En envisageant d’augmenter leurs taxes en ce moment, les responsables des écoles polytechniques opèrent une manœuvre potentiellement dangereuse
La demande des responsables des écoles polytechniques fédérales (EPF), d’augmenter les taxes d’études, ne manque pas de pertinence. En Suisse, les taxes se révèlent dans l’ensemble particulièrement basses. Puisqu’une grosse moitié des étudiants des universités et EPF provient de milieux a priori nantis, il n’est pas injuste d’exiger un peu plus.
Pourtant, même si elle relève d’une manœuvre tactique, la doléance exprimée ces jours par le Conseil des EPF et par Patrick Aebischer semble vénéneuse.
D’abord parce qu’au nom d’une mesure de rétorsion, elle affole les milieux académiques au mauvais moment. Le Conseil fédéral veut réduire les budgets dès l’année prochaine? Les EPF mettent les pieds au mur. Cependant, en ce moment, le paysage académique est dans le brouillard. Les grandes intentions du gouvernement pour la formation et la recherche seront présentées dans un mois. Nul ne sait exactement ce que la Confédération prépare.
Le Conseil fédéral crée la cacophonie, les EPF en rajoutent avec leurs piaillements pécuniaires.

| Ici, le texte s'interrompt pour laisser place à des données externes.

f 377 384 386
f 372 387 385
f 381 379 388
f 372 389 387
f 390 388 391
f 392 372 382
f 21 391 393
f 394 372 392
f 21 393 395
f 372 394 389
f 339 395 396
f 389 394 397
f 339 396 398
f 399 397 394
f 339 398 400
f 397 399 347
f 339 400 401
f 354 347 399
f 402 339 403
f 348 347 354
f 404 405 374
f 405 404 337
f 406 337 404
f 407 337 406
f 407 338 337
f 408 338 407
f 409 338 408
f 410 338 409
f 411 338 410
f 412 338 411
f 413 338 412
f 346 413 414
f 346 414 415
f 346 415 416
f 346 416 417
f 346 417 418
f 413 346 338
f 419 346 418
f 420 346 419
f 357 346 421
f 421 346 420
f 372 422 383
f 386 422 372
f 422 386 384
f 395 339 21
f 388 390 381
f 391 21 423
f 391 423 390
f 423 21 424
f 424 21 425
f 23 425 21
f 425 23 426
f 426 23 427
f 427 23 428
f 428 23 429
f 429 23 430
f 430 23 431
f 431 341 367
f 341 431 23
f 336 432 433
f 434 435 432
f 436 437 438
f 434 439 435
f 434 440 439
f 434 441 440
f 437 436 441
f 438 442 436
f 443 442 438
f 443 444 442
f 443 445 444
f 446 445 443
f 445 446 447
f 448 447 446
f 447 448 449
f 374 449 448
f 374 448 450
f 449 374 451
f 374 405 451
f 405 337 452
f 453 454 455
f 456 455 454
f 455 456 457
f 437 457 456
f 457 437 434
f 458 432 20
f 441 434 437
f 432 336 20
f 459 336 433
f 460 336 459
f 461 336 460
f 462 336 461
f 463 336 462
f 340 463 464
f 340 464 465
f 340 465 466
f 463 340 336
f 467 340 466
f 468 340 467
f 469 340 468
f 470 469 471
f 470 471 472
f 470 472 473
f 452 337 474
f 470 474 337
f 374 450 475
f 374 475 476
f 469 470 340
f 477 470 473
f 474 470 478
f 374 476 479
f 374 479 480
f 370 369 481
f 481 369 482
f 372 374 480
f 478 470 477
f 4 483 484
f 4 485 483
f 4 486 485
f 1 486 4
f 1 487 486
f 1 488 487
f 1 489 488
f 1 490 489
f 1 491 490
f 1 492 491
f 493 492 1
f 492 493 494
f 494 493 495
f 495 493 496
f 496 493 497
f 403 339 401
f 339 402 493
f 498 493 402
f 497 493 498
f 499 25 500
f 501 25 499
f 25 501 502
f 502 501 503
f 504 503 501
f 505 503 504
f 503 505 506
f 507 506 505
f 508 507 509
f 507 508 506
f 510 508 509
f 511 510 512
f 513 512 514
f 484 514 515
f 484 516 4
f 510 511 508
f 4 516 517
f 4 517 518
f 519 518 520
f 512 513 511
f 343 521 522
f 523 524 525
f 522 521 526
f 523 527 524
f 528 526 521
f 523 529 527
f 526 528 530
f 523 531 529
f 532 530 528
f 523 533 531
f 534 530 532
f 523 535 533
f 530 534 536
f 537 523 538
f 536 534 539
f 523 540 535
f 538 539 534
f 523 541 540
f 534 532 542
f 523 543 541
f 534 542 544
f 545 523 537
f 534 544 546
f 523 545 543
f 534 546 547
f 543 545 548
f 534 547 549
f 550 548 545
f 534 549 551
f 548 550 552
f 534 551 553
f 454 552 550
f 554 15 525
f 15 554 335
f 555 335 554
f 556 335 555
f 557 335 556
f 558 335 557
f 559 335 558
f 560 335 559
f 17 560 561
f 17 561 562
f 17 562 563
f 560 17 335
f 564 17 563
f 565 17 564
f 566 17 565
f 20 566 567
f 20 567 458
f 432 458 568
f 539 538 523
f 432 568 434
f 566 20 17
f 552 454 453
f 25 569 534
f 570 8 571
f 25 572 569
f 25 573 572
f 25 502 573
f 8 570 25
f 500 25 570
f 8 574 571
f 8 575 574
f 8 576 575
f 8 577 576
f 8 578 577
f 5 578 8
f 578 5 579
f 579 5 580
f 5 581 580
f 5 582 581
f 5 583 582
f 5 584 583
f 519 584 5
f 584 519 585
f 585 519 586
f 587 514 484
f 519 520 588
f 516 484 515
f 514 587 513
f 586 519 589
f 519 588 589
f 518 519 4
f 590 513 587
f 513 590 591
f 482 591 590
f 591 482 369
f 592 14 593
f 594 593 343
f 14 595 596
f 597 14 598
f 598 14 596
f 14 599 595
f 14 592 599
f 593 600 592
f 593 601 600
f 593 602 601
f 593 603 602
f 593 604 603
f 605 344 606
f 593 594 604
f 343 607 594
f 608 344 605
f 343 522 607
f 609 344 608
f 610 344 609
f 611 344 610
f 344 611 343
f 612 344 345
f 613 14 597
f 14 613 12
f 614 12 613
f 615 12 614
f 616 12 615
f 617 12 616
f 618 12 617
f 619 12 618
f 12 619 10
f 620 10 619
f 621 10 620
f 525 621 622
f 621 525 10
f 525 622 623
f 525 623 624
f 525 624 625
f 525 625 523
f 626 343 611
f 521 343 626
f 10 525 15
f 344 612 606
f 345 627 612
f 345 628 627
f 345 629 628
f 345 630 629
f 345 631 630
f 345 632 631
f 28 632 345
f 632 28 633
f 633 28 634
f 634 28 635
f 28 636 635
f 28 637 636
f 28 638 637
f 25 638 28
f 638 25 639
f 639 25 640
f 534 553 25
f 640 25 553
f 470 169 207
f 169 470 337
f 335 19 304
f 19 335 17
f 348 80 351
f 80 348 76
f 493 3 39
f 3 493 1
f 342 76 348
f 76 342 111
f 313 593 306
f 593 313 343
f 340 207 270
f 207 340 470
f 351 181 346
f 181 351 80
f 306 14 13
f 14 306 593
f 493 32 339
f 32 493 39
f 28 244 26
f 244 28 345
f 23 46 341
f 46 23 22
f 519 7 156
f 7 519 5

Dans cette polémique, tout se mélange, potentiellement pour le pire. Une hausse des taxes fait sens, si elle permet de mettre enfin des moyens décents pour les bourses d’études. Le scénario légitime consiste à affecter les recettes nouvelles aux bourses, pas aux caisses générales des écoles. Le président de l’EPFL s’empresse d’ailleurs d’ajouter que si les prix augmentent comme il souhaite, il faudra améliorer les soutiens aux études. Là aussi, il y a sans doute une part de calcul: une augmentation des taxes provoquerait le sursaut attendu depuis des années en matière de bourses. Même si les cantons font quelques efforts d’harmonisation, le système des bourses d’études en Suisse est aussi radin qu’inégal.
Toutefois, croire qu’une hausse des prix provoquerait le nécessaire électrochoc pour les bourses exprime une certaine naïveté dans le machiavélisme. Il n’existe aucun signe laissant penser que les cantons sont prêts à aller plus loin dans l’aide aux études.
Dès lors, le pays risque de se trouver avec des EPF qui font bondir leurs taxes dans leur coin, sans que rien ne change à la pingrerie générale dont souffrent les étudiants de milieux défavorisés. C’est le pire des scénarios.